Any other ProGraph pseudoveterans out there?

– RobRix

I’m a Prograph veteran (I wrote the book on it). A bunch of us are looking into creating an open source implementation of the Prograph language. I’m trying to convince everybody to use Objective-C and Cocoa as the underlying programming language and framework (with GnuStep on Linux and Windoze).

– ScottSteinman

:O <- no further comment. – RobRix

Actually, I do have further comment. I’m currently in the process of writing a general-purpose network graph view (more like a tree graph view, but still) in IoLanguage for Europa. My purpose is to allow wiring up of functors in e.g. Chromosome (nee Lodestone) and Touchstone, but it could potentially be used to wire up all sorts of object graphs.

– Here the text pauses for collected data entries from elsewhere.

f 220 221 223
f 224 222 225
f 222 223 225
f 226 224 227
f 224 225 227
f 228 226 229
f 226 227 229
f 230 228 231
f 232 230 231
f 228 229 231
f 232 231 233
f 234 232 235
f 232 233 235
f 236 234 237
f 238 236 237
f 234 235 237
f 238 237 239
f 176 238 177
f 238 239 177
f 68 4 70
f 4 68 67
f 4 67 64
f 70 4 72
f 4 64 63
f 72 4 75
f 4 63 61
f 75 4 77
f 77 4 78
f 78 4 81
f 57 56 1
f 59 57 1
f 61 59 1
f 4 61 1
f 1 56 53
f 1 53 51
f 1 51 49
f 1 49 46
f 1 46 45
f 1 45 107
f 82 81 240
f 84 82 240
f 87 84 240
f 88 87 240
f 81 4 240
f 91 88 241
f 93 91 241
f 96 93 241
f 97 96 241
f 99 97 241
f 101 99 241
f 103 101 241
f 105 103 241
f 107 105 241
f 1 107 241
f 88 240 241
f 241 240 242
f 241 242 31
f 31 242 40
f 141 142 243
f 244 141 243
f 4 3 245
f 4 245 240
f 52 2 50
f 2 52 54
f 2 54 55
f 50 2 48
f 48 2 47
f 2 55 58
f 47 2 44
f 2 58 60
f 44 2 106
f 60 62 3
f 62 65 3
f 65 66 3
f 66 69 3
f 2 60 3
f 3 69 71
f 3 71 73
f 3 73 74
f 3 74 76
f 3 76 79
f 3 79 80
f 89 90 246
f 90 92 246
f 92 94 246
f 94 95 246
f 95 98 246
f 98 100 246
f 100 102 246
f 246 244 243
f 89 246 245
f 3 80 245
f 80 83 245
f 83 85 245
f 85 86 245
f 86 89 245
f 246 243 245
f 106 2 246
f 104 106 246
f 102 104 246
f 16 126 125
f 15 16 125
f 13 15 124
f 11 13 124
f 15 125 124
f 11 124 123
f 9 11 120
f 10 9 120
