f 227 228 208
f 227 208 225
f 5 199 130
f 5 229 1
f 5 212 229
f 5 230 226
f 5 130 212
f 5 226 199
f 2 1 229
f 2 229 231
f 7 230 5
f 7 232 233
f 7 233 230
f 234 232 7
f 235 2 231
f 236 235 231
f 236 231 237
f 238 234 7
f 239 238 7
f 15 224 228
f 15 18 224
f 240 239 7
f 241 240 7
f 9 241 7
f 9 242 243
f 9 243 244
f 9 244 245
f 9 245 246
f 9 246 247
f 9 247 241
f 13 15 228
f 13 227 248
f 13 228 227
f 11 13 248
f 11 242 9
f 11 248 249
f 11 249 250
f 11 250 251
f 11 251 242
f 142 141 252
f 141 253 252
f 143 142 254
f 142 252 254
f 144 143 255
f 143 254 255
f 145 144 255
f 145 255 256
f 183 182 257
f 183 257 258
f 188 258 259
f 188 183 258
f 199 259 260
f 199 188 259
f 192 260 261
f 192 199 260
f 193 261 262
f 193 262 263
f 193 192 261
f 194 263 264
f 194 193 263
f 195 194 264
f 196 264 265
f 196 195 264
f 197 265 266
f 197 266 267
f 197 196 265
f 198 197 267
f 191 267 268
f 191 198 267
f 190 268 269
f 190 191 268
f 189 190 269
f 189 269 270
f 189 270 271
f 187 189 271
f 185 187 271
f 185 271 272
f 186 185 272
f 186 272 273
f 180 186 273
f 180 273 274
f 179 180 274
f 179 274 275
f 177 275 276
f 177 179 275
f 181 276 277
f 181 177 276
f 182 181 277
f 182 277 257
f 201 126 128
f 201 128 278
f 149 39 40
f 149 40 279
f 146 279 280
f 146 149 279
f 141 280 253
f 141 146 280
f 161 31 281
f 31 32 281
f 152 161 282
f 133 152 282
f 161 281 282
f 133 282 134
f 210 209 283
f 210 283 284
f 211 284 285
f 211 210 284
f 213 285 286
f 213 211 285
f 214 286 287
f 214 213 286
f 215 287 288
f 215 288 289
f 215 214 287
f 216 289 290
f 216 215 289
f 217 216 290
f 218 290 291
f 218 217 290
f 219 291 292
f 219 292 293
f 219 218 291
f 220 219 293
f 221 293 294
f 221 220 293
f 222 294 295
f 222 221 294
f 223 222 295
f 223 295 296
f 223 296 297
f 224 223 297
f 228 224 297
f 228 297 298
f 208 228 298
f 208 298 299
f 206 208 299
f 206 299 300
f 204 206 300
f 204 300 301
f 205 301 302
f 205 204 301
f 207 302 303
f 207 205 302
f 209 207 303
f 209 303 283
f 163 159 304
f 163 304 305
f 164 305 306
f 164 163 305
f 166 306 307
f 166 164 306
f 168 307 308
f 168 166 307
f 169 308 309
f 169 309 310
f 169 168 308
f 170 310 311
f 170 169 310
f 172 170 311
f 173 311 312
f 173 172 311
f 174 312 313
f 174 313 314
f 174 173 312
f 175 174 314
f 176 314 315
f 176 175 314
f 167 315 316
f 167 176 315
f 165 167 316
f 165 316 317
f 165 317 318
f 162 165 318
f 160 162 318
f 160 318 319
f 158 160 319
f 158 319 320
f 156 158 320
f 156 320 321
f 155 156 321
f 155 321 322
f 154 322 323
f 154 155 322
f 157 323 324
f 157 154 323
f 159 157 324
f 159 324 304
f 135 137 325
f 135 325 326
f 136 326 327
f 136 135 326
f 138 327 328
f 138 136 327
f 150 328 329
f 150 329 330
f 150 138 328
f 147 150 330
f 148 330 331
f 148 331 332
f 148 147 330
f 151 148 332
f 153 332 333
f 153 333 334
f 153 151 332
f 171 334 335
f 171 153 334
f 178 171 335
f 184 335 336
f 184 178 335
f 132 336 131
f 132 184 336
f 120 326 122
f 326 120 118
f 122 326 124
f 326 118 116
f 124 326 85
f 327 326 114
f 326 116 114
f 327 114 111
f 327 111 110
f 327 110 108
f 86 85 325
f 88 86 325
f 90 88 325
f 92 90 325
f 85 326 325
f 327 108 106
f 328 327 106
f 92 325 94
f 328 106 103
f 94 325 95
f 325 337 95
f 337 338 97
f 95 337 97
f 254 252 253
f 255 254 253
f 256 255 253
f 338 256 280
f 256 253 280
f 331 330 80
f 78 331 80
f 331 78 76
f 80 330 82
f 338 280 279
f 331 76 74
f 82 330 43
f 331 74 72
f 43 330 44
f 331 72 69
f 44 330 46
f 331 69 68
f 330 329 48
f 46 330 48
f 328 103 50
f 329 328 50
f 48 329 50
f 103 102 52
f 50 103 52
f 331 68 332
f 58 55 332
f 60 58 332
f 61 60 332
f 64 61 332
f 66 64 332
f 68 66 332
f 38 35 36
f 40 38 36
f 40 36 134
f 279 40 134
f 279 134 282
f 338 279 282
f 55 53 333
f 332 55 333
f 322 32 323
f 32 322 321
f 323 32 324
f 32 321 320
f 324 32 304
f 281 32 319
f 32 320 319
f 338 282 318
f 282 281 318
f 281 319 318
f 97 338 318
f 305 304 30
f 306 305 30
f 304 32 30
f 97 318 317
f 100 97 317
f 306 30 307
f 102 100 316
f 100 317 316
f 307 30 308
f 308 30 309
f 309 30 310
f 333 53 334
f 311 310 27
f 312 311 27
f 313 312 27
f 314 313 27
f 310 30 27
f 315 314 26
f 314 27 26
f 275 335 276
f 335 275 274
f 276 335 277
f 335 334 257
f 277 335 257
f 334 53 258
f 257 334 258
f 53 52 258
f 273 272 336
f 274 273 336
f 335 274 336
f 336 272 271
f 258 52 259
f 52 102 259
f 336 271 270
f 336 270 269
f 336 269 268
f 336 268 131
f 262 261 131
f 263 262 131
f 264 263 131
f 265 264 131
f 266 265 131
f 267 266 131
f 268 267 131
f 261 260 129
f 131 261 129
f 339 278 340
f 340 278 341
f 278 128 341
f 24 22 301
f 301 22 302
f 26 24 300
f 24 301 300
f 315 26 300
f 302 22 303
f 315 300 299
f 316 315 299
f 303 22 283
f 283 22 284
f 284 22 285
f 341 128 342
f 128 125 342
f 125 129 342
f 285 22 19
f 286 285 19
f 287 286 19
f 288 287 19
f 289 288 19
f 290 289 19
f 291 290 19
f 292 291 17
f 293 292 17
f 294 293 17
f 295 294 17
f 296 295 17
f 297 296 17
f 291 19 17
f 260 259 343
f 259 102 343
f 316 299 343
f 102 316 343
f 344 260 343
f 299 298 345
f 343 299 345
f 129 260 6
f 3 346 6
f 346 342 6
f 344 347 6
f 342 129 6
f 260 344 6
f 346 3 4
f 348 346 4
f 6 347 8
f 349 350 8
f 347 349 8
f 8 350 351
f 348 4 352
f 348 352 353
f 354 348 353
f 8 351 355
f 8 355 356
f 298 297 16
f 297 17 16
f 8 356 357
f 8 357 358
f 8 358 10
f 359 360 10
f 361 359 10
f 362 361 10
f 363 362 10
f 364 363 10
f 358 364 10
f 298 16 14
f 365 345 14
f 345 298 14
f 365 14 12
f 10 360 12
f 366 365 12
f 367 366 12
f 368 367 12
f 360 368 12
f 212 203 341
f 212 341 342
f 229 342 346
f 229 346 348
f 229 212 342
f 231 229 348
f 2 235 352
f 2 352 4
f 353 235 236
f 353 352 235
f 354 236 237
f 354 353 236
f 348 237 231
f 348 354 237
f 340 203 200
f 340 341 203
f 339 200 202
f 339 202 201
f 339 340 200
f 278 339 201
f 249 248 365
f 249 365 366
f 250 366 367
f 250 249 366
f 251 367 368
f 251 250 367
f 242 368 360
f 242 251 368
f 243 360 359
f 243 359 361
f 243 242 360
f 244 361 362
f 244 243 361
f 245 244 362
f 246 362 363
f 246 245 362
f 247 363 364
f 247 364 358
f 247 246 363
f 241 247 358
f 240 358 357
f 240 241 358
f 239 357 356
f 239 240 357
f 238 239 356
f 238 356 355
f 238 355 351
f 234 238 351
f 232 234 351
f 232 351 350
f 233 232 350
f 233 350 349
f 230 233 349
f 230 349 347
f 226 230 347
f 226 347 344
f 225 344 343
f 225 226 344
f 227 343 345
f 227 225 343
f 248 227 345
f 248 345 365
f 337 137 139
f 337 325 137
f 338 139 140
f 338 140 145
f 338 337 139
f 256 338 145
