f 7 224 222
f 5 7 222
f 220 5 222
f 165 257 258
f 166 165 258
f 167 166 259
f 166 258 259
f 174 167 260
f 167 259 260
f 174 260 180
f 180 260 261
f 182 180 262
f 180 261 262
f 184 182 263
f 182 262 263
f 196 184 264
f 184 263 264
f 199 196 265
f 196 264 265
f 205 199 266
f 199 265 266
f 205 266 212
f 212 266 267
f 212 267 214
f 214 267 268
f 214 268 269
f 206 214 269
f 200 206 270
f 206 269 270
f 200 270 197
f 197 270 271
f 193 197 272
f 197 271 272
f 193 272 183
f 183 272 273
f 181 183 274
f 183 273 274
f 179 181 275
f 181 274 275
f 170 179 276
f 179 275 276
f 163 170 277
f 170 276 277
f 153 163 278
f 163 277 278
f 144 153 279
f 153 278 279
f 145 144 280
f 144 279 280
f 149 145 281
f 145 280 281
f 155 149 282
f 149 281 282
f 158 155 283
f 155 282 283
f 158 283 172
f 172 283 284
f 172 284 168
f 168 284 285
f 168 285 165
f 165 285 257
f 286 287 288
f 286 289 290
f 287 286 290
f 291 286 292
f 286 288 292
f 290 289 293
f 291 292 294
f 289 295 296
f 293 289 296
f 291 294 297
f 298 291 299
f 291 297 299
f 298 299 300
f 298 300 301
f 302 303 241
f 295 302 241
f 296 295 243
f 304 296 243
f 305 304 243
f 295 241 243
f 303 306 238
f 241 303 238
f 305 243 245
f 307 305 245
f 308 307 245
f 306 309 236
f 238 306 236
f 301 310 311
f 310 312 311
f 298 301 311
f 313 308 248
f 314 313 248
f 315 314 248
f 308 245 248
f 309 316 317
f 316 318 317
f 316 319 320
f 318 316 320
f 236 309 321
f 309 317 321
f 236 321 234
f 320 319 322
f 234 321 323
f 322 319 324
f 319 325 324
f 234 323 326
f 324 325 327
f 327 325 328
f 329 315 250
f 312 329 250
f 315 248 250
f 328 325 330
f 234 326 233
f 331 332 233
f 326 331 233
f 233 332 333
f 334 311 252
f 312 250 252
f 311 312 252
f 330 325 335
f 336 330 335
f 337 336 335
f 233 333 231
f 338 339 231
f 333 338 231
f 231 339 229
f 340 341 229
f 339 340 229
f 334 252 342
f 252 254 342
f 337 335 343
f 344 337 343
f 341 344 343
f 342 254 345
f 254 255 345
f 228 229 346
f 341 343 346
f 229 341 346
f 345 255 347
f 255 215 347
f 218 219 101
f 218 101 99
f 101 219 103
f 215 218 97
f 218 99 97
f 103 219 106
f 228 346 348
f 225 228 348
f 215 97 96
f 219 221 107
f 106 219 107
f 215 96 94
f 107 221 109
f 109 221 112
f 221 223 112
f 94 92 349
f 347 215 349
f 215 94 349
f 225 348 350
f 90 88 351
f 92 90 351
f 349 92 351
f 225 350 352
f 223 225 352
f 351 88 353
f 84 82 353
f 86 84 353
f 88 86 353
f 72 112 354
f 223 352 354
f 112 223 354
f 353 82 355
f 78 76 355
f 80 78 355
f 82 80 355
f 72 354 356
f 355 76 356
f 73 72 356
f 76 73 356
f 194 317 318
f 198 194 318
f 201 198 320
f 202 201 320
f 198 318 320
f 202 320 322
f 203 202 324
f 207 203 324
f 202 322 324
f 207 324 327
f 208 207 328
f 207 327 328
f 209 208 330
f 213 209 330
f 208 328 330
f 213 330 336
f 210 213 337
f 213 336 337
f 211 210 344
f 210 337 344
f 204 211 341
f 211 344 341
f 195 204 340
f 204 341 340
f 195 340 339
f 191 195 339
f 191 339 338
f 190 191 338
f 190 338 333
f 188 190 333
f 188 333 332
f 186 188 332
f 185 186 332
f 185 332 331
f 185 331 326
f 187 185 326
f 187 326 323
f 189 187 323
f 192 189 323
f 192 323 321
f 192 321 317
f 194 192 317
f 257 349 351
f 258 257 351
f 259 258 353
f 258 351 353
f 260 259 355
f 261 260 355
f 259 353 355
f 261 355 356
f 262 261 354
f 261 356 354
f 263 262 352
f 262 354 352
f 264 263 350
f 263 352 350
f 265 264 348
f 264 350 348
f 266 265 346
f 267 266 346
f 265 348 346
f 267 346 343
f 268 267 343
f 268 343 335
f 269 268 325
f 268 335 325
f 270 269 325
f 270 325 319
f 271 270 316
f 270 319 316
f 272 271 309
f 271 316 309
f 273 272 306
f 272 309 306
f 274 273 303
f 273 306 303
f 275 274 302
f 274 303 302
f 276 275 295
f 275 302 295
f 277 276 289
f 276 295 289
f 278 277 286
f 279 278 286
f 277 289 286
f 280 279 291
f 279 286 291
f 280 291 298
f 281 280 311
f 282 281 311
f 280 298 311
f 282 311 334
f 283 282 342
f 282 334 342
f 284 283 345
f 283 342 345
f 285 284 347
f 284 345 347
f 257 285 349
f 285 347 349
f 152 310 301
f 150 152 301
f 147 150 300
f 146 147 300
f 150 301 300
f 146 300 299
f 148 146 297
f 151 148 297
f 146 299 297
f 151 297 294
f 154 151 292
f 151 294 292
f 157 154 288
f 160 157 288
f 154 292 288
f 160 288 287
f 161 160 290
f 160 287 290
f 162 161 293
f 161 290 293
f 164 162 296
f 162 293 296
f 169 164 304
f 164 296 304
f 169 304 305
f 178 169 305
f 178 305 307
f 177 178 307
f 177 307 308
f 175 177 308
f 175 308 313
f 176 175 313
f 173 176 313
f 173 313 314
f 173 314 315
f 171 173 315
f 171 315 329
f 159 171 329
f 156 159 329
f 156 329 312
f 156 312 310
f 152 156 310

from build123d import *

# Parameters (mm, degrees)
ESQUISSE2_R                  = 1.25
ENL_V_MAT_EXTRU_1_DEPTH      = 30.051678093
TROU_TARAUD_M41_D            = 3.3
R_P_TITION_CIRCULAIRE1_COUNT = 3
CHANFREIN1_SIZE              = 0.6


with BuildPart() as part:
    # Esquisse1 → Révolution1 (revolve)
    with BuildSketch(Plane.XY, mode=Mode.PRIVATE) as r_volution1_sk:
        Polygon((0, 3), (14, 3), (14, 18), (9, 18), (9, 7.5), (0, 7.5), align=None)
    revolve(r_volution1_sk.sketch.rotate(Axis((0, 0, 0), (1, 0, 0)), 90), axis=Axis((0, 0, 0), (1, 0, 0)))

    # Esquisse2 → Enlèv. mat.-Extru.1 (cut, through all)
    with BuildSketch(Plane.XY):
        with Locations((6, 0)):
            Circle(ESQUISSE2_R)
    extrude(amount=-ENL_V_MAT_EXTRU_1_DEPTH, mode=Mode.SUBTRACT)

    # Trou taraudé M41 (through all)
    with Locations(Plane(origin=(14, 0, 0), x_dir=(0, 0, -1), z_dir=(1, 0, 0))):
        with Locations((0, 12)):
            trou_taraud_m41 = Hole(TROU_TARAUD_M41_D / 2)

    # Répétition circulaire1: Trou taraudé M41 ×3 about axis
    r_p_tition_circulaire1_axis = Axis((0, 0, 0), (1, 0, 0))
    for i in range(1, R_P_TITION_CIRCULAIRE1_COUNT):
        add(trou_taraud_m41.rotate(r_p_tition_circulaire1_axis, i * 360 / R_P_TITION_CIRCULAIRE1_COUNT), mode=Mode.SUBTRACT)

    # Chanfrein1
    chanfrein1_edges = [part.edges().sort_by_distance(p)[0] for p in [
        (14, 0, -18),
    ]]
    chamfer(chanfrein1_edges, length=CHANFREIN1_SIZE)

Of course, IoLanguage only has ObjC bindings on OS X, so you’d be out of luck for cross-platform Cocoa-framework-ness, and Cocoa really is worth it. – RobRix

There is some OpenSource MacOSX ProGraph activity being done here: http://www.ospgli.org/

And there is a new commercial product available here: http://www.andescotia.com/

The Marten programming environment (by Andescotia) is a Carbon-based rewrite of Prograph. The open source group (OSPGLI) is writing three versions at present, two of which will probably be merged: (1) A pure Cocoa version, (2) a version with Python as its intermediate language, and (3) a Windows version. – ScottSteinman

Thanks for the links guys. I wrote a MMRPG back in the day called Mage Princes using Prograph. I was saddened when it went defunct. I’ll check out Marten. –Alex

I and a colleague used Prograph to produce a highly-regarded music education program (Musica Analytica), which we sold until support died out. We sold both Mac and Windows (98) versions. We must have put in many thousands of hours over the years, and it took several hours to “compile” the application. I have not seen the equivalent IDE yet - the only truly graphical IDE and a great OO environment. It also supported high level, non-executable top-down design through data flow diagramming by senior/non-programmers. Then programmers could seamlessly take over implementation.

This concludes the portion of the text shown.